Romanidade e latinidade em Juan Perón

Nota do Sol da Pátria: Seguem, abaixo, dois trechos de discursos do estadista argentino Juan Domingo Perón, traduzidos por Maurício Oltramari, que dialogam, indiretamente, com a ideia de Nova Roma do antropólogo brasileiro Darcy Ribeiro.



O Poder da Cultura*

Por Juan Domingo Perón


Acredito firmemente que a cultura é determinante para a felicidade dos povos porque, por cultura, deve-se entender não somente preparação moral e arma de combate para sustentar a posição de cada homem na luta cotidiana, mas, igualmente, o instrumento indispensável para que a vida política se desenvolva com tolerância, honestidade e compreensão.

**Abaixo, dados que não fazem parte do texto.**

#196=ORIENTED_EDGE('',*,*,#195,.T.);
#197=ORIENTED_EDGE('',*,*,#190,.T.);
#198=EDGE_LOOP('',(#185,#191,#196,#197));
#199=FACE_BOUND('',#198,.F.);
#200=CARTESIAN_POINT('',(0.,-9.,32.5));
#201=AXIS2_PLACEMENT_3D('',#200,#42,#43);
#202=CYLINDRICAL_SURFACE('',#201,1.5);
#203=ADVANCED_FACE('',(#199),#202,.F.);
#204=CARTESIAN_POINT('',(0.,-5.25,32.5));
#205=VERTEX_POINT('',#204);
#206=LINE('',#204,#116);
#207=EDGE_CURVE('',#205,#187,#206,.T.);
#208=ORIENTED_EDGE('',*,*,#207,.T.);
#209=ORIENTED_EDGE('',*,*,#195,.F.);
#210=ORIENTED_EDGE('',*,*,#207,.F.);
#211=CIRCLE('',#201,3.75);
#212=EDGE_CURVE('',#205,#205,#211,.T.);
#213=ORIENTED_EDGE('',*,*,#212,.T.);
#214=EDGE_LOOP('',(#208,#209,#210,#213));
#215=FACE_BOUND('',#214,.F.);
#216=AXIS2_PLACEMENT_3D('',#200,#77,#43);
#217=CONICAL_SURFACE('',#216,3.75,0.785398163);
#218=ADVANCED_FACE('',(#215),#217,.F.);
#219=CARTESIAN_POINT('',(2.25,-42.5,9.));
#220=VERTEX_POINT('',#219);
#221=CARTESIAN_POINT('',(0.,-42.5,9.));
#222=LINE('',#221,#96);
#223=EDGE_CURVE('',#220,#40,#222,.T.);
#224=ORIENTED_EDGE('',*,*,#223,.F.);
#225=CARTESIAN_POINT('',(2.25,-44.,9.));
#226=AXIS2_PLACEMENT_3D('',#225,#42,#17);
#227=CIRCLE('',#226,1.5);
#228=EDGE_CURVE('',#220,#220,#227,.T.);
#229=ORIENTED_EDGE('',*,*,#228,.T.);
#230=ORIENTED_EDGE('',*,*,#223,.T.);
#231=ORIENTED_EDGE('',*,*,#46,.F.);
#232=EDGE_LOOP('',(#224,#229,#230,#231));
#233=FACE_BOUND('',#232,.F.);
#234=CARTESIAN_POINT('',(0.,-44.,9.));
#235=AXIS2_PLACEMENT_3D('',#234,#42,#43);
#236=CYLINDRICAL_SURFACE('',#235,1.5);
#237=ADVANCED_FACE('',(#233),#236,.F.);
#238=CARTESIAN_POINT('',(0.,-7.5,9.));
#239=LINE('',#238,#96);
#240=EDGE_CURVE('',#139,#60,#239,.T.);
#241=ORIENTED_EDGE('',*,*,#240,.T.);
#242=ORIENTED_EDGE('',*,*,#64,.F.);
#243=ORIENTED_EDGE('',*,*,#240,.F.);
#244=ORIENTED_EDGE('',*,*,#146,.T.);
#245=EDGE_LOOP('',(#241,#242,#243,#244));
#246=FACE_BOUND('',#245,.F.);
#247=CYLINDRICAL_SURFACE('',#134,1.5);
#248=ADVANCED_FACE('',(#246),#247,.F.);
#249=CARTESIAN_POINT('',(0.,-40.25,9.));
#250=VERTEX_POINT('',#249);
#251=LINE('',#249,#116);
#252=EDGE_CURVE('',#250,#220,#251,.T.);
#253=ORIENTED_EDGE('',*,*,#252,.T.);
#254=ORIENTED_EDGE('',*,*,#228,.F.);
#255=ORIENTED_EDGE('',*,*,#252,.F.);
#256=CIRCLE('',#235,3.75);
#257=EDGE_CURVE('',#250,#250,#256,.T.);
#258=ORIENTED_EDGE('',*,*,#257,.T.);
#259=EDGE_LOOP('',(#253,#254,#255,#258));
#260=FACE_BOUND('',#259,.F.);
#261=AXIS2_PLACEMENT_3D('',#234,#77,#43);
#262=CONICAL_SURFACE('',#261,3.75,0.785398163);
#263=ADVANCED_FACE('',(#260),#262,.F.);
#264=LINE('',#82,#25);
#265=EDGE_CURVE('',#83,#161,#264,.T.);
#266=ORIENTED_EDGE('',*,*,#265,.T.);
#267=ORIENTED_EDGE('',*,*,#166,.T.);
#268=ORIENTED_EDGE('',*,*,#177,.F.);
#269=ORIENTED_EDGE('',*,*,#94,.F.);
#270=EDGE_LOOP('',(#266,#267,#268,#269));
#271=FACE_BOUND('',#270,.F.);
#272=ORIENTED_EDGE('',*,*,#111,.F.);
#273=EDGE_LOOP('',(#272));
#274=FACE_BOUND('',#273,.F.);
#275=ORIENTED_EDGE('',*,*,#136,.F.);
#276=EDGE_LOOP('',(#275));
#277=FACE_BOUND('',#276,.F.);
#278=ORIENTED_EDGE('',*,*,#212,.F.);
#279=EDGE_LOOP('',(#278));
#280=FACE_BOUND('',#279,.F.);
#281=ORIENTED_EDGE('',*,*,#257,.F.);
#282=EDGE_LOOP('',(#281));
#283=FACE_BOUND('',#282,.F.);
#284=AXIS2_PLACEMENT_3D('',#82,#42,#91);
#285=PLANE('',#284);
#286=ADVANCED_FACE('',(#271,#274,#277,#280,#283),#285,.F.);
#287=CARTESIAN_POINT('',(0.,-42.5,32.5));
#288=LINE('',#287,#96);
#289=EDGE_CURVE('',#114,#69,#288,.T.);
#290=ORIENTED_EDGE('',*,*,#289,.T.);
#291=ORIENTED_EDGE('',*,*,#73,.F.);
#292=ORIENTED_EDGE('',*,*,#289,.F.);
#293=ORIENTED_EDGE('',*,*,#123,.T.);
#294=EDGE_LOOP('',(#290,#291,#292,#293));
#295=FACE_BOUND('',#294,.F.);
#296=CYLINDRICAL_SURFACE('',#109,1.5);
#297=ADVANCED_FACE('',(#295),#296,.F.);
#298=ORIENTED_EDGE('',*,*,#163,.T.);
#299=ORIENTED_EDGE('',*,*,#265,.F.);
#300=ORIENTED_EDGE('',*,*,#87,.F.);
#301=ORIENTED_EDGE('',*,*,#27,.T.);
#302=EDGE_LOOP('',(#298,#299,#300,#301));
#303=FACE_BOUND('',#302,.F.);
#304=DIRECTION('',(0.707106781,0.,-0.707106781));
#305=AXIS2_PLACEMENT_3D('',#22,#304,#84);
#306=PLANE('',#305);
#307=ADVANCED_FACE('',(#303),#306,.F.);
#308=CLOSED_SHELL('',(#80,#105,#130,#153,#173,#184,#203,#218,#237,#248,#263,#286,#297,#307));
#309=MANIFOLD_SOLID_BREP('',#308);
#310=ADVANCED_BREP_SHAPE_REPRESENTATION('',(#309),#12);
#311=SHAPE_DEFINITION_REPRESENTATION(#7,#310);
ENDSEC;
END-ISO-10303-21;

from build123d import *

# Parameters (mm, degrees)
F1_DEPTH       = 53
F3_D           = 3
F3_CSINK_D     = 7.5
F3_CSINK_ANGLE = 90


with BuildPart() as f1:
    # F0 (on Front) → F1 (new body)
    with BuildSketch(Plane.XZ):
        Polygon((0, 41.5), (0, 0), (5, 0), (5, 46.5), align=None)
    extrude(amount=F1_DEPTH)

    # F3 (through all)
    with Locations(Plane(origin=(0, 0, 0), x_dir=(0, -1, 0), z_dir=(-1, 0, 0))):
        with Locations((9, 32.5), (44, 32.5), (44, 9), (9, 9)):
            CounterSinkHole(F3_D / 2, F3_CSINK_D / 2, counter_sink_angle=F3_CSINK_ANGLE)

Contudo, quando uma nação recupera o seu ser nacional, quando um país se reencontra, depois de deixar-se dissolver em tentativas fúteis e influências estranhas em relação ao seu modo tradicional de ser, a cultura converte-se numa força de projeções inimagináveis.

Este postulado é minha grande preocupação. Numa mensagem ao congresso, expliquei brevemente o desenvolvimento da cultura argentina e me referi à convicção que tenho em seu glorioso destino.

No plano de governo está demonstrado de maneira sistemática que a cultura está formada pela tradição e pelo ensino, e é conservada nas bibliotecas, museus e arquivos, aperfeiçoando-se pela união de seus fatores integrantes, a saber: o homem em seu afã de superação; a sociedade em seu progresso evolutivo nacional e o Estado como expressão de seus integrantes e no cumprimento de sua irrenunciável missão educadora.

À cultura que herdamos diretamente, ao nosso acervo tradicional, irei referir-me nesta noite. Mas é apropriado que eu dedique um breve espaço à origem de nosso saber: a cultura greco-romana, da qual devemos ser e somos continuadores, e que foi, em seu surgimento, síntese das que floresceram anteriormente, como a caldeia, a persa e a egípcia, culturas que se desvaneceram no tempo posterior a Alexandre [1] para serem absorvidas definitivamente pelas formas helenísticas.

Quero referir-me especialmente à cultura grega como base das conclusões a que devo chegar, porque ela está constituída em si mesma, e foi formada, por um processo muito característico, muito coerente consigo mesmo, tão robusto e definido e tão unido dentro de sua variedade, que não existiu outra forma de civilização comparável a esta.

A história da cultura grega é a exposição do prodígio que nos leva, subitamente, do sistema brutal da tirania oriental ao mais elevado e não superado apogeu da sabedoria humana. O florescimento da cultura grega foi chamado com razão de momento assombroso no qual se produz o fenômeno criador mais fecundo da vida da humanidade, porque facilitou a compreensão do cristianismo e deu lugar ao nascimento da civilização ocidental, e que ainda segue nutrindo com sua seiva as modernas disciplinas culturais.

 

*Excerto de discurso proferido em ocasião da concessão do título de doutor honoris causa a Juan Domingo Perón pelas Universidades Argentinas, em Buenos Aires, no dia 14 de novembro de 1947.

[1] Alexandre III da Macedônia ou Alexandre Magno.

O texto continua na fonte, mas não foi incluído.